A disposição geral parece ser, de facto, de enorme boa vontade. Jean-Claude Juncker, o veterano primeiro-ministro do Luxemburgo, resume-a da melhor forma possível: "Haverá um acordo em Lisboa porque tem de haver um acordo em Lisboa."
Romano Prodi chega de rosto cerrado. Já esteve com os seus pares do Partido Socialista Europeu. Foi acarinhado, bajulado, incentivado. Manteve a teimosia: a Itália só sairá daqui com a garantia de que obterá no Parlamento Europeu mais um deputado. É uma questão de prestígio nacional e estas são sempre as questões mais difíceis de solucionar.

Cruza-se com o seu homólogo espanhol. Que, por sua vez, só sairá daqui com a garantia dos quatro deputados a mais que a Espanha obteve para compensá-la por ter aceitado um sistema de votos menos favorável que o de Nice. Prodi fala. Zapatero escuta.

Tudo se resume ao regresso a casa.

O Presidente do Governo de Madrid não pode revelar-se menos zeloso dos "interesses" espanhóis do que José Maria Aznar. E Aznar, em Nice, bateu-se furiosamente pela sobre-representação espanhola. Tem eleições dentro de seis meses. Difíceis. Prodi tem uma maioria frágil e um governo frágil.

Os negociadores portugueses estão inquietos. "Não subestimem o problema italiano." Mas, no fundo, ninguém quer acreditar que o antigo presidente da Comissão Europeia e líder do país que se gaba de ser o mais europeísta da Europa impeça um acordo em Lisboa.

Os espanhóis põem a correr que já há uma solução. Há? Não há? Também ninguém parece querer acreditar que Zapatero estrague a festa ao seu amigo Sócrates.

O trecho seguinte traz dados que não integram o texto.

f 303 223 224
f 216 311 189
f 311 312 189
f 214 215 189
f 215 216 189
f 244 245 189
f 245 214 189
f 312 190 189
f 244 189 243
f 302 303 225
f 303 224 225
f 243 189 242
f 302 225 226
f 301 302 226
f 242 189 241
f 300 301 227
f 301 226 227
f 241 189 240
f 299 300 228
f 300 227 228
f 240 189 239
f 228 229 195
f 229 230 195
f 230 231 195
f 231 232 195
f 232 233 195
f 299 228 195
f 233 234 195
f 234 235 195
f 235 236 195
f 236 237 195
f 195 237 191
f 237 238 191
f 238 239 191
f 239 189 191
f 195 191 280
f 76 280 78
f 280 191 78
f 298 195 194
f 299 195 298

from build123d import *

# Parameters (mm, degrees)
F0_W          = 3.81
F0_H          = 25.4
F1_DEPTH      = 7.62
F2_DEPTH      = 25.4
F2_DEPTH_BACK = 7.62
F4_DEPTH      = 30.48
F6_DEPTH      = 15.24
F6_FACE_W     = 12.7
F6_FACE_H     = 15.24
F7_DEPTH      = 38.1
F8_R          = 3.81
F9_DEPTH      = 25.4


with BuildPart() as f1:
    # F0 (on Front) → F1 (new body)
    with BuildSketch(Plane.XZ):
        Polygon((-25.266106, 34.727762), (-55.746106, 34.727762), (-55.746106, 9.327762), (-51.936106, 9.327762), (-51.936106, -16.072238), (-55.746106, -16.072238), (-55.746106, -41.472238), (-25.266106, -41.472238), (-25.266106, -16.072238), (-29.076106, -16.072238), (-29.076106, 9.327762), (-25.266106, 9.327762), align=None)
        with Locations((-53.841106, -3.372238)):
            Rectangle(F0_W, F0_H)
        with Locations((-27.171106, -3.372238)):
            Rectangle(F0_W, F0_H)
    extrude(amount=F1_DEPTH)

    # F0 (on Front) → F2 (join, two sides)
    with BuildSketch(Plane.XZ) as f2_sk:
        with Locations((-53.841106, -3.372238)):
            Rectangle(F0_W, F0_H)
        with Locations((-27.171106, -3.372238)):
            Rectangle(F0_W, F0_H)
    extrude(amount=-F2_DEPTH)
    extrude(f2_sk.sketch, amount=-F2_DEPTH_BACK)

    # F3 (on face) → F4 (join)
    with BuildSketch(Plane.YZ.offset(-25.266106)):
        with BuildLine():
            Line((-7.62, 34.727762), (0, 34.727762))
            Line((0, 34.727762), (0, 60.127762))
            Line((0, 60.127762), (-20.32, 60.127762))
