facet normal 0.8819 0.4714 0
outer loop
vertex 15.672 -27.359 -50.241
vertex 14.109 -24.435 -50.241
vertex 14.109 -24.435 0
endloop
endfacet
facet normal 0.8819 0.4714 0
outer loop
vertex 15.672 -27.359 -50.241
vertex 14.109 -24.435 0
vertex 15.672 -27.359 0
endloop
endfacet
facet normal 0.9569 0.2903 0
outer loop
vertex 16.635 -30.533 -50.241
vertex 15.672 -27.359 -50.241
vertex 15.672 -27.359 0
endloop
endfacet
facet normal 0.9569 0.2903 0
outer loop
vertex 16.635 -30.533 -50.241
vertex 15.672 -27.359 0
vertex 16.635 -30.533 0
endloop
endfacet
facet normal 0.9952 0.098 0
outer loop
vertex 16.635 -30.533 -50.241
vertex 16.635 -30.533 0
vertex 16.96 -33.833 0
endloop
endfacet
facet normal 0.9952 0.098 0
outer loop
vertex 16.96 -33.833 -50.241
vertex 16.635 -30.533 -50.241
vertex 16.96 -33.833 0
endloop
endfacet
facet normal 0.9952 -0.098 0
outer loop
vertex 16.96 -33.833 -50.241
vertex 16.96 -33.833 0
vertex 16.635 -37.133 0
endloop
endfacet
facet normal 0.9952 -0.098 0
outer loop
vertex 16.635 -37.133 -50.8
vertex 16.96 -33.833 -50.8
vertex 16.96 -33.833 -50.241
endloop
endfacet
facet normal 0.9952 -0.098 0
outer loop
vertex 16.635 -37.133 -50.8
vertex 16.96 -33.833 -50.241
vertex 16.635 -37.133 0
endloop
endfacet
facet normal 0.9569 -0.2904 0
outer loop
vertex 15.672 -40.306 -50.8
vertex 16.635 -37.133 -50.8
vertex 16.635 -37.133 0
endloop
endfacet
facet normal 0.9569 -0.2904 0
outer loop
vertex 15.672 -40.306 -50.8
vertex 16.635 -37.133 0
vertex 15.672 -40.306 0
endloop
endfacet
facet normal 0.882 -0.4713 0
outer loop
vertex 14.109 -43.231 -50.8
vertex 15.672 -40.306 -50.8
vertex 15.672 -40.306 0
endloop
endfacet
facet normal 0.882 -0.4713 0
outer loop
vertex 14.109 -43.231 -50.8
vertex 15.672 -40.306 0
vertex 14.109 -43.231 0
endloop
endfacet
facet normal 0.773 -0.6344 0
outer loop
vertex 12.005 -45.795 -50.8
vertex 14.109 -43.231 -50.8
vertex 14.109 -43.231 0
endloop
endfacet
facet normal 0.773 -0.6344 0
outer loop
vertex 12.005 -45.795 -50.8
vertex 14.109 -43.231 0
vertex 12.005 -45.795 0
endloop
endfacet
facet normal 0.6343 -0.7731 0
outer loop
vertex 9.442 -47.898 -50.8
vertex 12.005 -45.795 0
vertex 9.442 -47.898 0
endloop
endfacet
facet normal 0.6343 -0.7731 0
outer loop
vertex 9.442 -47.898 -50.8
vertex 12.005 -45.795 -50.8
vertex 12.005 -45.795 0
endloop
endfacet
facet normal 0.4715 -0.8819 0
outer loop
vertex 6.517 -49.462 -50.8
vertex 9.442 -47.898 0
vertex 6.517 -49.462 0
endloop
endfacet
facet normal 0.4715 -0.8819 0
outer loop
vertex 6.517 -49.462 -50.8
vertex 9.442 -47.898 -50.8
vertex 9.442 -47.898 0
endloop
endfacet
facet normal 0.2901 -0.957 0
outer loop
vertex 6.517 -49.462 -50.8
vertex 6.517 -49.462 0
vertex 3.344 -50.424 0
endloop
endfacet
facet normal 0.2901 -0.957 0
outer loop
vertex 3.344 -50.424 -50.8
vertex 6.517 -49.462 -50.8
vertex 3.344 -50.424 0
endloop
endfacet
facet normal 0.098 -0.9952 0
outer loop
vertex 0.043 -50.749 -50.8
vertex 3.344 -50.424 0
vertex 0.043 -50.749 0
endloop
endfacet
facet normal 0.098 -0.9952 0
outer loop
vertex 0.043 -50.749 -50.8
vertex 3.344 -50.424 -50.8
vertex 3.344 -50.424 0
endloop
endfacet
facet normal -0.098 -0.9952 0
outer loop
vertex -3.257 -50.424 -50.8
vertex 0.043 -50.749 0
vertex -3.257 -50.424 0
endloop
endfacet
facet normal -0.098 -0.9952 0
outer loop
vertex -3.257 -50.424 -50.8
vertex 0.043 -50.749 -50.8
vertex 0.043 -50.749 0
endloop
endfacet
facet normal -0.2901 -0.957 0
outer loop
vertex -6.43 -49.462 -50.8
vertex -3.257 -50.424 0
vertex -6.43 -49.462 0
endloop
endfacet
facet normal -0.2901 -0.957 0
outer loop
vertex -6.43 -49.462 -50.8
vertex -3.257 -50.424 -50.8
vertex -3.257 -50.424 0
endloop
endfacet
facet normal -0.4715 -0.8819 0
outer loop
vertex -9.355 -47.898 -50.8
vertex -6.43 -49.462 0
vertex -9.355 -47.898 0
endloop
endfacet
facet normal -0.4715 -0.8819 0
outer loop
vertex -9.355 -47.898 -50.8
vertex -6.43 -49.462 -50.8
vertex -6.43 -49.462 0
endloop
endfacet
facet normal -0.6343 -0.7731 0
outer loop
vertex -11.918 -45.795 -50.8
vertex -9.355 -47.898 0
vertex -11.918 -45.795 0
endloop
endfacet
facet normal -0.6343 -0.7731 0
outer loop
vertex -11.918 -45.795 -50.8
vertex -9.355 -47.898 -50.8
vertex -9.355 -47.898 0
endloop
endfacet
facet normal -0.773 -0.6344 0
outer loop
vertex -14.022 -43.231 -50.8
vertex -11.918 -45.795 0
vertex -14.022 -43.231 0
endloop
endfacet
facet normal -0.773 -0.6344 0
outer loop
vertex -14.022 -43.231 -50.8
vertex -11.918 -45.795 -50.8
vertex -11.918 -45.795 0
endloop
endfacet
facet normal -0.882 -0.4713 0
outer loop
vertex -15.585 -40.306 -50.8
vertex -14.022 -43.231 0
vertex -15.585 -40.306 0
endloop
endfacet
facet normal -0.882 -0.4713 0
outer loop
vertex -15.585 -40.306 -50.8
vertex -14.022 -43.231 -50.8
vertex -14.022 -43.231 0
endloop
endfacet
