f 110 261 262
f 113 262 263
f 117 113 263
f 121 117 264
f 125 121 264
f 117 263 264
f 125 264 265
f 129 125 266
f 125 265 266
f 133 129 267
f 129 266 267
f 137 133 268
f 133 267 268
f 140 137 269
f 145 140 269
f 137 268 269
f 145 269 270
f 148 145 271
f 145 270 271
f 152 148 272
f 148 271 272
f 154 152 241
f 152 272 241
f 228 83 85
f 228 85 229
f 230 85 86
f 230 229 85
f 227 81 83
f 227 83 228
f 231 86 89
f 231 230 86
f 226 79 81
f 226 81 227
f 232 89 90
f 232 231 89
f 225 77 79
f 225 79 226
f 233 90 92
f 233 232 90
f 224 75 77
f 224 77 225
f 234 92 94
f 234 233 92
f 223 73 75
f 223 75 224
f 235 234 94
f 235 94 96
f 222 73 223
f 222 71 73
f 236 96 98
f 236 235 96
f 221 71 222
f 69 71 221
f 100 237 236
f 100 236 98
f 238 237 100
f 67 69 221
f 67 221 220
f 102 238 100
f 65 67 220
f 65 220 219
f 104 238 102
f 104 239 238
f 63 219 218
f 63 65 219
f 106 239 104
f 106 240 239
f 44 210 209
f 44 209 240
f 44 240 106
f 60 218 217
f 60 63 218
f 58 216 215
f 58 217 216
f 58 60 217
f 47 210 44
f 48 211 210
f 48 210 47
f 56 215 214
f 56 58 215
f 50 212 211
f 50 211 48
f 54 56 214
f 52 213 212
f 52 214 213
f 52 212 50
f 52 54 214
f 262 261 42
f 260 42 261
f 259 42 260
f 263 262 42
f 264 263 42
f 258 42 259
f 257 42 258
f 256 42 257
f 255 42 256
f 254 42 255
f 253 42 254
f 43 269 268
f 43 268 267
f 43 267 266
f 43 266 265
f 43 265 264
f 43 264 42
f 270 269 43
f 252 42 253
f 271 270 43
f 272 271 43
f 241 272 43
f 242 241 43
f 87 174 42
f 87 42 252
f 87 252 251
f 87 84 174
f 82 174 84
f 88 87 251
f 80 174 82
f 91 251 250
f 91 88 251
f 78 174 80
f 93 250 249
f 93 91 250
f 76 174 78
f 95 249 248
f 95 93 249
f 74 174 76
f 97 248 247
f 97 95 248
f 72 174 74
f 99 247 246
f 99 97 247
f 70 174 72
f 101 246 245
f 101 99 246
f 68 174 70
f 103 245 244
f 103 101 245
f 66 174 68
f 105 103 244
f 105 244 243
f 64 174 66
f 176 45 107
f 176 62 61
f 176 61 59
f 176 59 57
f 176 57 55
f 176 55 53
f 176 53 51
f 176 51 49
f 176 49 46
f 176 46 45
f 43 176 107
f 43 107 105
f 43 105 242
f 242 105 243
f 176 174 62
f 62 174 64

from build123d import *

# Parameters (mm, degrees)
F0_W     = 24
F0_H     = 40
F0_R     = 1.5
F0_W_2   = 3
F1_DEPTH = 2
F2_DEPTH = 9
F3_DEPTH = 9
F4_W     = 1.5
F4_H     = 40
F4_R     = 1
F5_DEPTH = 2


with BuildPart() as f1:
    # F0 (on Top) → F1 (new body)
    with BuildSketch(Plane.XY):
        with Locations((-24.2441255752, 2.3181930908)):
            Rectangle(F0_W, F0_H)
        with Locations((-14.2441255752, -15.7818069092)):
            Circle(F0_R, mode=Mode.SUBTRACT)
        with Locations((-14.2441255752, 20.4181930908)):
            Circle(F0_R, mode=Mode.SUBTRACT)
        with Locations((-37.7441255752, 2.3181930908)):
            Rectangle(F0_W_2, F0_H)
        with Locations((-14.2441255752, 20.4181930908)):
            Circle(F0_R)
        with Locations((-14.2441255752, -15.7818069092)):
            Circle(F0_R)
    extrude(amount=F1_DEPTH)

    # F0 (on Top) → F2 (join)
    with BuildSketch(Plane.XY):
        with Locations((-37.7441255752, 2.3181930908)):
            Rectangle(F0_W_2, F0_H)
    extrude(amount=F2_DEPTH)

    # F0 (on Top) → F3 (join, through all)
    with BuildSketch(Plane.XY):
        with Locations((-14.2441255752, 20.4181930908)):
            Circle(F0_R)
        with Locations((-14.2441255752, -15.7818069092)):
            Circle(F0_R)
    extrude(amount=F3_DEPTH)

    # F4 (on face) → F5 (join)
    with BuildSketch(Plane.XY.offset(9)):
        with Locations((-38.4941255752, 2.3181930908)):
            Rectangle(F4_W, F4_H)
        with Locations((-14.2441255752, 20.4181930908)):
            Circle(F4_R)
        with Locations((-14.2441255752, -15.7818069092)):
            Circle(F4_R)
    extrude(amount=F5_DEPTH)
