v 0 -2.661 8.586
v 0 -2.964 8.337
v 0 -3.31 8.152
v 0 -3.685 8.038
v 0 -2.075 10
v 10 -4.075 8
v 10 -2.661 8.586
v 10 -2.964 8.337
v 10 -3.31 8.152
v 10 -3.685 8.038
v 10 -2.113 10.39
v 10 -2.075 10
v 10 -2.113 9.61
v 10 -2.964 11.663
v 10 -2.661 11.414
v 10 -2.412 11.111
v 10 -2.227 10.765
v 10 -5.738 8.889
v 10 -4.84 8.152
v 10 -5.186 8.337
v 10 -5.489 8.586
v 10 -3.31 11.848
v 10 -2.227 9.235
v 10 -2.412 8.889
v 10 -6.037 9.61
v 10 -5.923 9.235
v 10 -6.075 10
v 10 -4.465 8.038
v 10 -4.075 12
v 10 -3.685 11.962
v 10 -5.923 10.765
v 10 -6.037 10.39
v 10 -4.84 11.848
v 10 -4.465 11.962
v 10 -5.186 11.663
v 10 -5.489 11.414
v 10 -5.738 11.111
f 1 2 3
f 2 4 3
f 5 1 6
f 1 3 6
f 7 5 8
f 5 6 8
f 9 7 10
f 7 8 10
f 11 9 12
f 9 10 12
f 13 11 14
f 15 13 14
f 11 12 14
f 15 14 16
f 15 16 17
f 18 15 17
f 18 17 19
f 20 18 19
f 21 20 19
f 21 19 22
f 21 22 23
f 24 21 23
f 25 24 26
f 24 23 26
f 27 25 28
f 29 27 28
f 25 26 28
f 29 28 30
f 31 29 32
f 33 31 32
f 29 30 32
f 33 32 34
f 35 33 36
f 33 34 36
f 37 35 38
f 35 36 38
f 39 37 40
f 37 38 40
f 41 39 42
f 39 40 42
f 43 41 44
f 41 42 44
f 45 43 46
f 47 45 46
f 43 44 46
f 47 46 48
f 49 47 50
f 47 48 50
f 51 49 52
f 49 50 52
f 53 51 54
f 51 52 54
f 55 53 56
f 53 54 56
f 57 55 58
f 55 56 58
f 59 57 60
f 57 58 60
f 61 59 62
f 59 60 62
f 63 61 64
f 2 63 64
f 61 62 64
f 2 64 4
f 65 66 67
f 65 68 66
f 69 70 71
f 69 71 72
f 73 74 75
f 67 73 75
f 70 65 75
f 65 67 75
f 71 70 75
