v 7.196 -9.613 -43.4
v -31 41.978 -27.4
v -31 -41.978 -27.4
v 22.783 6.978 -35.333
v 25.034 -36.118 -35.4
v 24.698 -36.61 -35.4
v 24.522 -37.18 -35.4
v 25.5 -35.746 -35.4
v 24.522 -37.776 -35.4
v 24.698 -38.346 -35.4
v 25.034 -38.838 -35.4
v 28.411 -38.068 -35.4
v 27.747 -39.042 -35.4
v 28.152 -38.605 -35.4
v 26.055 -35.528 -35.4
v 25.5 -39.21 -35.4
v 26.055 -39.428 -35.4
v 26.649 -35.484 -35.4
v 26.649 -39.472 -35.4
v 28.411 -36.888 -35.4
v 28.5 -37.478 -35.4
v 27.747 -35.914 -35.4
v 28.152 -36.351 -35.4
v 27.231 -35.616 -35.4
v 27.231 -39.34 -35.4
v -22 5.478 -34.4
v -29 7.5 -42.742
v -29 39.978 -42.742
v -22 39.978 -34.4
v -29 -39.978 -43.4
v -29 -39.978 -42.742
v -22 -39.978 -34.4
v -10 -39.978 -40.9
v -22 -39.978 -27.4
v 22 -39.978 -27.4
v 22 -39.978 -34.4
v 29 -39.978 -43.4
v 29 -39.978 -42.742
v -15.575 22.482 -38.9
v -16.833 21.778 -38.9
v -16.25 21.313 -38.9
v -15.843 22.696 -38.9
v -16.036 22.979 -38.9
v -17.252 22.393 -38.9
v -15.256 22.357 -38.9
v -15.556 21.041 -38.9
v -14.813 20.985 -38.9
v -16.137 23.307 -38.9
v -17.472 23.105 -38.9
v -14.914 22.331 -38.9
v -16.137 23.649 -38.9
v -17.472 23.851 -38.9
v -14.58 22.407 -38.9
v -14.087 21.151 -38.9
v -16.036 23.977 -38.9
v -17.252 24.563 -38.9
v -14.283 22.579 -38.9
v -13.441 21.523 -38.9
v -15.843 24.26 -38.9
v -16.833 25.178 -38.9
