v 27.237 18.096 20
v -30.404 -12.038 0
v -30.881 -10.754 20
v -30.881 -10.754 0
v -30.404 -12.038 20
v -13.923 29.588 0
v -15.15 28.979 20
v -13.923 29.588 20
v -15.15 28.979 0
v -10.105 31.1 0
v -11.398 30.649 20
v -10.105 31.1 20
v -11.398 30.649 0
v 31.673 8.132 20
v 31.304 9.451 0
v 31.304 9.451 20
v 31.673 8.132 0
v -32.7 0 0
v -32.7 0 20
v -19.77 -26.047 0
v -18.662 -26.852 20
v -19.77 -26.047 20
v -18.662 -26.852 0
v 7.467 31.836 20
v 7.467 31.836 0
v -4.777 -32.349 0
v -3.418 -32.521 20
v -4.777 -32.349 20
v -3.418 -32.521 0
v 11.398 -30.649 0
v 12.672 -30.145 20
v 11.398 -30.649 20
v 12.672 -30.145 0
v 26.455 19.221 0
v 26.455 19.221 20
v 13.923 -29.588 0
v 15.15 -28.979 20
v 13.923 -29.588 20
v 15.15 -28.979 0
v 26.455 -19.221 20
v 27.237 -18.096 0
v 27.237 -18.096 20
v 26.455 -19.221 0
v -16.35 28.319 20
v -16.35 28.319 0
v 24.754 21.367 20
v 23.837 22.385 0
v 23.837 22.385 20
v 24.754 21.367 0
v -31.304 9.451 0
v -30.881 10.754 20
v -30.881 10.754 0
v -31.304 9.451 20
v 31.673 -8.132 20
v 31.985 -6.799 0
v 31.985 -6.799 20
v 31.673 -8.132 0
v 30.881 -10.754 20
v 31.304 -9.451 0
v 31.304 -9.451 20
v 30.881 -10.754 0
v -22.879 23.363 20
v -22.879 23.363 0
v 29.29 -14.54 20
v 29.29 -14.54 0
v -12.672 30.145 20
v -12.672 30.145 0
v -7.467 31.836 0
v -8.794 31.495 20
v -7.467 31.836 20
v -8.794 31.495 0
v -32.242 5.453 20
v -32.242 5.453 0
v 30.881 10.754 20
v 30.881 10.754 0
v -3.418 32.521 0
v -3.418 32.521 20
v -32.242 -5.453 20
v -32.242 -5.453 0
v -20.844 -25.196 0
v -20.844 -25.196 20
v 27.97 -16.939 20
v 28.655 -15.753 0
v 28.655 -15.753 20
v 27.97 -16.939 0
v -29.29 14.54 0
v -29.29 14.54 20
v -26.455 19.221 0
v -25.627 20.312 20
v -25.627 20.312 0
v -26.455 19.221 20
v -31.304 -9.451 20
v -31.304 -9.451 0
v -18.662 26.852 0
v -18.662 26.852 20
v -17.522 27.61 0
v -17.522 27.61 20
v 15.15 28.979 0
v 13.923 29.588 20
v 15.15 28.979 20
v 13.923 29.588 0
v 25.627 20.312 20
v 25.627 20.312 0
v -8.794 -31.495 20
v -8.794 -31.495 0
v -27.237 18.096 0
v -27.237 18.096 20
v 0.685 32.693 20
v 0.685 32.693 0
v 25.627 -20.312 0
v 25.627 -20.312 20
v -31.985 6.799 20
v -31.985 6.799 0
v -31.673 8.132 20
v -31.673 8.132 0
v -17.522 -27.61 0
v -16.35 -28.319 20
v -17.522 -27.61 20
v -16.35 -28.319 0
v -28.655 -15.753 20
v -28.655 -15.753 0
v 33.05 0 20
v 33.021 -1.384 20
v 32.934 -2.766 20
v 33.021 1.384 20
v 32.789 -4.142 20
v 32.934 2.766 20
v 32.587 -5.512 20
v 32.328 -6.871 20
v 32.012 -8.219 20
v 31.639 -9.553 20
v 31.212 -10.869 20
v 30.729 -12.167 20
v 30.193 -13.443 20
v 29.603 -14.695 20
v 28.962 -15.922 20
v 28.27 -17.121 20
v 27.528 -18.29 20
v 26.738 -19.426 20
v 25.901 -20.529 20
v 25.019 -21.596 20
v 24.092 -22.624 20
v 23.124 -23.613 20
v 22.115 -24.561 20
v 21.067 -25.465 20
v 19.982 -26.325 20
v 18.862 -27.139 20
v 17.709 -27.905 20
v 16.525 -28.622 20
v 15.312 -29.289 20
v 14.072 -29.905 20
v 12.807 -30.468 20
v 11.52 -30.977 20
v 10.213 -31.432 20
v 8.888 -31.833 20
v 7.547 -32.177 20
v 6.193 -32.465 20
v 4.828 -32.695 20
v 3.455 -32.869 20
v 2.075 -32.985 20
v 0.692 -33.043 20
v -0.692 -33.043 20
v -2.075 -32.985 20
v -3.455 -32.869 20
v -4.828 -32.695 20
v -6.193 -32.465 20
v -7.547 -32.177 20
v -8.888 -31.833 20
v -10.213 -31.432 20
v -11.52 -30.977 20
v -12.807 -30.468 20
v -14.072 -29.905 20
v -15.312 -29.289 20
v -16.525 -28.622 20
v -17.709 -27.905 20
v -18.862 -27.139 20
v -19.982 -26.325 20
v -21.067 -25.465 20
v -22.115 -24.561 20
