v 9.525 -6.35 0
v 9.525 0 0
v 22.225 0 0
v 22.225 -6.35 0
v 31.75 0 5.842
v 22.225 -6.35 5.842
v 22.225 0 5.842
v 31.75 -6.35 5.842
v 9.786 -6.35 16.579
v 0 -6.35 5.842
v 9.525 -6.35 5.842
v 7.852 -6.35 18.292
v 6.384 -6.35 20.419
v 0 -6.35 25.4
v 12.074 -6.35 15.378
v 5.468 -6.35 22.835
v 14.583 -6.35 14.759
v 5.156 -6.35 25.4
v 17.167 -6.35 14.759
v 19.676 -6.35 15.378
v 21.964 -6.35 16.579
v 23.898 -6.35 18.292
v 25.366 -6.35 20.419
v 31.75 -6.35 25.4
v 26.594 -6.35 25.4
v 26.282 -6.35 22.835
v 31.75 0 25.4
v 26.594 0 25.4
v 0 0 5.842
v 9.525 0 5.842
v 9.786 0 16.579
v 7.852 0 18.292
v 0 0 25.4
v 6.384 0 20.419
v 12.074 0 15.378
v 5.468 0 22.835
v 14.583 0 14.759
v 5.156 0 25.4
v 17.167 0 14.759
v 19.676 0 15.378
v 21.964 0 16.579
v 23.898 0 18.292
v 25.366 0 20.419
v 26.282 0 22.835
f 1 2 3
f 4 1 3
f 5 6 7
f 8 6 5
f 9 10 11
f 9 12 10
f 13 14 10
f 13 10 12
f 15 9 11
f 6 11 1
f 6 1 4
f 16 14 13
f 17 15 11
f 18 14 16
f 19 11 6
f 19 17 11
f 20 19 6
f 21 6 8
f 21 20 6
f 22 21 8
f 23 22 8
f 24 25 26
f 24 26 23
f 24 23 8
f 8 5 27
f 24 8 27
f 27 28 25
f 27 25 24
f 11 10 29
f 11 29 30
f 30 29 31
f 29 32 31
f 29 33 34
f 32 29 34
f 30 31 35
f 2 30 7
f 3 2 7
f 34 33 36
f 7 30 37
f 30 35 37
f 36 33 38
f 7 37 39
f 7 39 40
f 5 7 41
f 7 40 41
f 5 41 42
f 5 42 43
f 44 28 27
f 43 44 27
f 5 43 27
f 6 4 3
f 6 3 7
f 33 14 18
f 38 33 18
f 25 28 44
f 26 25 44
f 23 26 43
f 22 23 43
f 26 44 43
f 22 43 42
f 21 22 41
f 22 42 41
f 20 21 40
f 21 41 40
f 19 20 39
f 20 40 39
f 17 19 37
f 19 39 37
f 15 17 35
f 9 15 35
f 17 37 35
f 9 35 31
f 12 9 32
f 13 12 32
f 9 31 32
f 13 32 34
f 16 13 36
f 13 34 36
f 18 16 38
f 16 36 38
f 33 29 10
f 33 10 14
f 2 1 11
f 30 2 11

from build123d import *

# Parameters (mm, degrees)
F0_W     = 31.75
F0_H     = 25.4
F1_DEPTH = 6.35
F3_DEPTH = 6.35
F4_W     = 9.525
F4_H     = 6.854803
F5_DEPTH = 6.351


with BuildPart() as f1:
    # F0 (on Front) → F1 (new body)
    with BuildSketch(Plane.XZ):
        with Locations((15.875, 12.7)):
            Rectangle(F0_W, F0_H)
    extrude(amount=F1_DEPTH)

    # F2 (on face) → F3 (cut)
    with BuildSketch(Plane(origin=(0, 0, 0), x_dir=(-1, 0, 0), z_dir=(0, 1, 0))):
        with BuildLine():
            Line((-26.5938, 28.933519), (-26.5938, 25.4))
            ThreePointArc((-26.5938, 25.4), (-15.875, 14.6812), (-5.1562, 25.4))
            Line((-5.1562, 25.4), (-5.135716, 28.933519))
            Line((-5.135716, 28.933519), (-26.5938, 28.933519))
        make_face()
    extrude(amount=-F3_DEPTH, mode=Mode.SUBTRACT)

    # F4 (on face) → F5 (cut, through all)
    with BuildSketch(Plane.XZ.offset(6.35)):
        with Locations((4.7625, 2.414598)):
            Rectangle(F4_W, F4_H)
        with Locations((26.9875, 2.414598)):
            Rectangle(F4_W, F4_H)
    extrude(amount=-F5_DEPTH, mode=Mode.SUBTRACT)


solid = f1.part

Solidariedade ibérica e socialista.

E o problema britânico?


Desta vez, caso raro, "não há nenhum problema com o Reino Unido".
Gordon Brown executa sem falhas e sem rasgo o guião que trouxe para Lisboa. Participa na reunião dos socialistas (onde raramente o seu antecessor comparecia). Exorta-os a olhar para aquilo que verdadeiramente interessa: "jobs and growth", ambiente, segurança. Para Brown, é quase sempre a economia. E o tratado, com as suas red lines, quando mais depressa for possível esquecê-lo, melhor para ele.

O Reino Unido não é um problema?

Na sala reservada às conferências de imprensa do seu país, à décima vez que o primeiro-ministro britânico repete a frase "o interesse nacional britânico está salvo", já toda a gente provavelmente desistiu de contar. Gordon Brown fala para a sua audiência interna. Não revela interesse nem paixão pela Europa. O único argumento que lhe ocorre, quando os jornalistas lhe perguntam para que é que serve este tratado, é que "50 por cento do comércio britânico é com... a Europa". Não há um problema britânico?

Uma questão de timing

O gémeo geralmente considerado o mais cooperativo, Lech, o Presidente, foi o segundo a chegar ao Pavilhão Atlântico. De manhã, em Varsóvia, o seu irmão, Jaroslaw, o mais radical, acicatou os ânimos para consumo interno. Mas também aqui as horas são cruciais. Contam a favor de Sócrates. Aos gémeos Kaczynski só interessa um acordo que tenha a aparência de uma vitória e que ainda possa ser utilizado como argumento eleitoral. A campanha para as eleições de domingo termina à meia-noite de hoje.
Progressivamente, o caso polaco vai perdendo o interesse. Pode estar resolvido durante o jantar.

Afinal, quem adivinharia há uma semana que a Itália seria o osso mais duro de roer?